Pintado en la pared No. 115



“México no nos pertenece”

“México no nos pertenece”, le dice a uno el taxista luego de su análisis adobado de anécdotas; pero esa percepción de la vida pública reciente de México no es solitaria; con diversas modulaciones, la gente mexicana llega a conclusiones semejantes: “Este México no es nuestro, se lo han robado”; “esto viene desde Miguel de la Madrid”; “a los muchachos los están matando por eso, el hecho de ser joven es un delito”. Leyendo los periódicos, escuchando la radio, viendo los debates televisivos, conversando en la calle con algunos mexicanos, puede uno llegar a algunas conclusiones acerca de este triste episodio de los 43 estudiantes desaparecidos de Ayotzinapa.

Primero, el gobierno de Enrique Peña Nieto ya debe saber, desde mucho antes de estos días de diciembre, qué les sucedió a esos estudiantes, por qué y quiénes lo hicieron; pero no se atreve a decirlo porque, probablemente, hay implicaciones muy graves para autoridades de su propio gobierno o para instituciones del Estado.  
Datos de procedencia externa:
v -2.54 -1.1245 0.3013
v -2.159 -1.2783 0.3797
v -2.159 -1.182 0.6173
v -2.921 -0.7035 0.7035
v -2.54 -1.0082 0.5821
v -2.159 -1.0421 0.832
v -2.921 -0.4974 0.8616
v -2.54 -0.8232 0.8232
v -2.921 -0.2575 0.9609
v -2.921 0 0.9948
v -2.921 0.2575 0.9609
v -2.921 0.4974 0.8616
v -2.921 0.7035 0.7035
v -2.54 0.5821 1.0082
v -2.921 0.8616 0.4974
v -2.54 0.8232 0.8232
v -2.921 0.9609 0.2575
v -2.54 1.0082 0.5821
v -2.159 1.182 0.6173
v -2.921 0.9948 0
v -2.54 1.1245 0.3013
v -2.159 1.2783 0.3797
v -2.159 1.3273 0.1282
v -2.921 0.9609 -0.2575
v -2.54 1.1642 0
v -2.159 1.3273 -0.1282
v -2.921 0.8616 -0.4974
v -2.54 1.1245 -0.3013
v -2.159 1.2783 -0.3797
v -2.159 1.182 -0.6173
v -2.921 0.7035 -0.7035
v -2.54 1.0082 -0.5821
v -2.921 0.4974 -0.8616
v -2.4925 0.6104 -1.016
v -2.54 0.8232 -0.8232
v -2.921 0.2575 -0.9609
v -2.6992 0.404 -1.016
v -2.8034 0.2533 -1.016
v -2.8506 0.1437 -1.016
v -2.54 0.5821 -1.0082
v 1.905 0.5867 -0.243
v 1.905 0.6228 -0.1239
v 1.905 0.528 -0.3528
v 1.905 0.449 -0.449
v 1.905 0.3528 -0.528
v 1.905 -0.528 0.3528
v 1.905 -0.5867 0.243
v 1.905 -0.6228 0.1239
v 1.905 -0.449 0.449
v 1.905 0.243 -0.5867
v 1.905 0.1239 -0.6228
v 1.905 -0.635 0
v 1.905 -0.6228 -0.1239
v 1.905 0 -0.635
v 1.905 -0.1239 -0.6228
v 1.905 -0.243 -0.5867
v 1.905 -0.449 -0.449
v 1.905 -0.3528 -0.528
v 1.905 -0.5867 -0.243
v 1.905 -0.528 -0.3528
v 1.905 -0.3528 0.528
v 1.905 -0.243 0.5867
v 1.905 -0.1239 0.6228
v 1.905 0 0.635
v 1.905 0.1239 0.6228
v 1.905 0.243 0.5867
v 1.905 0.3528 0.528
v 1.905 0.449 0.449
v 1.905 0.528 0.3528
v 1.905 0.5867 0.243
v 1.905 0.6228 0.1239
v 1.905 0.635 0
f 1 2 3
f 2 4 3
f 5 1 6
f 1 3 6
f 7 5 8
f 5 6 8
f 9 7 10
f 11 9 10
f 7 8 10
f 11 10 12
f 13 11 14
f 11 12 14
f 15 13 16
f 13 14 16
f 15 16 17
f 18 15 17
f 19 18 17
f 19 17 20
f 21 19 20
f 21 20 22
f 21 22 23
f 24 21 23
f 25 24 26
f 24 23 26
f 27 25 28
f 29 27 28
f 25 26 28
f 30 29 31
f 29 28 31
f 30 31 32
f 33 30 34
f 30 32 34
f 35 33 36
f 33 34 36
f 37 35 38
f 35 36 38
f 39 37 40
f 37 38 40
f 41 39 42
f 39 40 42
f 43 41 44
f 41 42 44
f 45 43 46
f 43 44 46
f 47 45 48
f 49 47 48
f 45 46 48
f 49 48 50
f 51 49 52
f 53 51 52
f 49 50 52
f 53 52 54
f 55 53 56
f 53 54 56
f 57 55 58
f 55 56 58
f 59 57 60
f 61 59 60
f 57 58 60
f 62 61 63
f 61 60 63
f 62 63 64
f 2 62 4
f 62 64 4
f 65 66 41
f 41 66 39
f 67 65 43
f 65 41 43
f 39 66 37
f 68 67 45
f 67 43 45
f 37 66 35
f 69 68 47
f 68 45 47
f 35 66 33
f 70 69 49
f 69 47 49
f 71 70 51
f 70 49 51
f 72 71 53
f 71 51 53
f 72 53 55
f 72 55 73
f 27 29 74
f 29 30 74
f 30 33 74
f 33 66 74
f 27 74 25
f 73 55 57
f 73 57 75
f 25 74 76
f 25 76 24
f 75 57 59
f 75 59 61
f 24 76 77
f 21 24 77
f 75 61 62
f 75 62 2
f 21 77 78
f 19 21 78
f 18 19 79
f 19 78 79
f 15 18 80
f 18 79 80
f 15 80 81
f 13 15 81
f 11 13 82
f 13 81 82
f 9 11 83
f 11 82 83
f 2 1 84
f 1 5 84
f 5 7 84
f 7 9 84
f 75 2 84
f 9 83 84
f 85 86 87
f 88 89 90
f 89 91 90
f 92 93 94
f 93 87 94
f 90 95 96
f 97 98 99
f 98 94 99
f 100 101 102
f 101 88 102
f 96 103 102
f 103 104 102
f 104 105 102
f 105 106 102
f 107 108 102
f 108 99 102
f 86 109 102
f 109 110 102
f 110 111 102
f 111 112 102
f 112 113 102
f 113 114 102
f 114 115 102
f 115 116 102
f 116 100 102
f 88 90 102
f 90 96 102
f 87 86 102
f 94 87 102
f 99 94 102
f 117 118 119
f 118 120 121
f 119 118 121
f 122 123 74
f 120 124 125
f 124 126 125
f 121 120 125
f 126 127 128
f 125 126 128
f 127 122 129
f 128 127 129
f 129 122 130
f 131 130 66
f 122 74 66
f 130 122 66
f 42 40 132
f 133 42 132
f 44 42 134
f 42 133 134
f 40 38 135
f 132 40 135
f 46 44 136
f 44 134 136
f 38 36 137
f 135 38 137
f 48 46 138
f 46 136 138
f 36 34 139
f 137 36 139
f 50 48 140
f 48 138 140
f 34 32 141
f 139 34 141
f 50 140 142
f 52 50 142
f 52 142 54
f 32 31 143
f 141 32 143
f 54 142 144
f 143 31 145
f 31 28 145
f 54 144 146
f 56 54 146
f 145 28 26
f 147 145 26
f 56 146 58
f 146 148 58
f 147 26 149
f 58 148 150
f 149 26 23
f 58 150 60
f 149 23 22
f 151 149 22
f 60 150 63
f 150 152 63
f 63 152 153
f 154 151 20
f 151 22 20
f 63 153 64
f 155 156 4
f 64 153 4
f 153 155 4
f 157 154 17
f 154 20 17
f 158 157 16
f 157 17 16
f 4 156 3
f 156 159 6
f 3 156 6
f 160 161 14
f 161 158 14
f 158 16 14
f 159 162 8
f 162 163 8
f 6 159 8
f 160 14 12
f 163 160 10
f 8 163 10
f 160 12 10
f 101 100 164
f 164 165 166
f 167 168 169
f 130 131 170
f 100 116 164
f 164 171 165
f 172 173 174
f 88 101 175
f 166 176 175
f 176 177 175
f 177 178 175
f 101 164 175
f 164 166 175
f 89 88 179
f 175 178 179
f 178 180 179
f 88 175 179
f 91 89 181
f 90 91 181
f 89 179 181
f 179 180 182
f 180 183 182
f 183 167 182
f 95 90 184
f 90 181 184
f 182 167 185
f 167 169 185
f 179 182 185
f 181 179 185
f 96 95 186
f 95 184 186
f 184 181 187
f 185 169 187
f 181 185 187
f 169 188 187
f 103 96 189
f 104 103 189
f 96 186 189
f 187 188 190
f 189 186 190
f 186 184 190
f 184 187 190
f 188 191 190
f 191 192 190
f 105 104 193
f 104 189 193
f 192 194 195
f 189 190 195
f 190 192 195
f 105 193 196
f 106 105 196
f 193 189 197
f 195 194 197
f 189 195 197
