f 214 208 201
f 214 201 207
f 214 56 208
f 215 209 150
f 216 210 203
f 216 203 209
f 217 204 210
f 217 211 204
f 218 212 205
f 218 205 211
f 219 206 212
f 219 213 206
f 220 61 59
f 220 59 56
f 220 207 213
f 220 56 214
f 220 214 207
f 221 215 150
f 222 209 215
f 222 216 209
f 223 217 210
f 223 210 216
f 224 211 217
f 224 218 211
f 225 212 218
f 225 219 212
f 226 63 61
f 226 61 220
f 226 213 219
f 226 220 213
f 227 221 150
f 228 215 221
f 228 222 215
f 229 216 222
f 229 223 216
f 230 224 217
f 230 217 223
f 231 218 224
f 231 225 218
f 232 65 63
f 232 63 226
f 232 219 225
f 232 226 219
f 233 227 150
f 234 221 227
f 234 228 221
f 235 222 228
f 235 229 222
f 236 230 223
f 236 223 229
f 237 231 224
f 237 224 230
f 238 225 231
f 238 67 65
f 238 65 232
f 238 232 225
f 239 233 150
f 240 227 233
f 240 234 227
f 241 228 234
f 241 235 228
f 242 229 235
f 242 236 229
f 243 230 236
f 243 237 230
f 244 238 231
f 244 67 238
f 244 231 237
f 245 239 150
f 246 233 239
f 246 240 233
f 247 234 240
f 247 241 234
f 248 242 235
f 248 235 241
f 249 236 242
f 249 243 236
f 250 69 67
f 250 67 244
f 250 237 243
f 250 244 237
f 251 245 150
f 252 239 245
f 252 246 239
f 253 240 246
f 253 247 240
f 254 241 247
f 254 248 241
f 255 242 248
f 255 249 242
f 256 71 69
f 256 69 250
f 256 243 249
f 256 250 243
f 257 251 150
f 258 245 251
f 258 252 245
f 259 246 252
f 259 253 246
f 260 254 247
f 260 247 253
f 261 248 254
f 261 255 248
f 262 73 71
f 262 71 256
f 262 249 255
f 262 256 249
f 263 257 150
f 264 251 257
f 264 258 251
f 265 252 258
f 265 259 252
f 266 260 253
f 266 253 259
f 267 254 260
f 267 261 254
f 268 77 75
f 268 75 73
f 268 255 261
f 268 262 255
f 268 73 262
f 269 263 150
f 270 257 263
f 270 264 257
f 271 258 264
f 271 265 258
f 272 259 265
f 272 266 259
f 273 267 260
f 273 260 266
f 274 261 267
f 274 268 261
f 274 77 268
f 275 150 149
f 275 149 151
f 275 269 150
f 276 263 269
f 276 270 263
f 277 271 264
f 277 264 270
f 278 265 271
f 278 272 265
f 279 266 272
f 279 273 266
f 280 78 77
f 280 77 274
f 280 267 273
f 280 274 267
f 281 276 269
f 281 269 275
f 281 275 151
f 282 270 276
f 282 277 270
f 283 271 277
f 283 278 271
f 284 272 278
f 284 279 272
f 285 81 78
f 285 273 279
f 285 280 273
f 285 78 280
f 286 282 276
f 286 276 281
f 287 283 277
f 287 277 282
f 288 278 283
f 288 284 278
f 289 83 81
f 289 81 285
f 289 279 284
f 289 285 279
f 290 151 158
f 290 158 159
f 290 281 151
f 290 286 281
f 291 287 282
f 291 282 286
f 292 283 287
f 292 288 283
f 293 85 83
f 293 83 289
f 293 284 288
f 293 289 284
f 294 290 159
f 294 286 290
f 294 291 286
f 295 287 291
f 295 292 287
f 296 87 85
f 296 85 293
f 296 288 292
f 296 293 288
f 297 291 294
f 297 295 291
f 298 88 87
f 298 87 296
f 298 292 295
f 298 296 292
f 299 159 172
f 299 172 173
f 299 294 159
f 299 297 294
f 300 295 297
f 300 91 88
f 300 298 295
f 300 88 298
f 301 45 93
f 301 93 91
Segundo, la situación de derechos humanos en México es muy grave y se extiende más allá y más atrás del caso de Ayotzinapa. Hay más fosas comunes, hay más desapariciones forzadas y, sobre todo, hay más casos sin respuesta gubernamental y sin condenas. Según algunos expertos, la cifra de personas desaparecidas rebasa los 20 mil casos. En definitiva, la impunidad está escribiendo en México una historia ominosa desde hace varios lustros. Ante esto, el Estado se ve incapaz y, a la vez, cómplice.

Tercero, hay unos periodistas dedicados a torcer el rumbo del clamor colectivo. Se empeñan, noche tras noche, en demostrar que lo grave no es lo sucedido en Ayotzinapa ni los demás casos de masacres y desapariciones que se arruman sin respuesta vigorosa de las instituciones del Estado. Para ellos, lo realmente grave e indignante son las continuas marchas callejeras de las gentes que reclaman justicia y los casos, muy aislados, de vandalismo durante esas marchas (que suelen ser magnificados en los noticieros y los comentarios). Se han empecinado en cambiar la escala de valores. Lo cierto es que la gente no estaría marchando y protestando si el gobierno mexicano diera pruebas irrebatibles de impartir justicia contra los autores materiales e intelectuales de las masacres y desapariciones forzadas en todo el país.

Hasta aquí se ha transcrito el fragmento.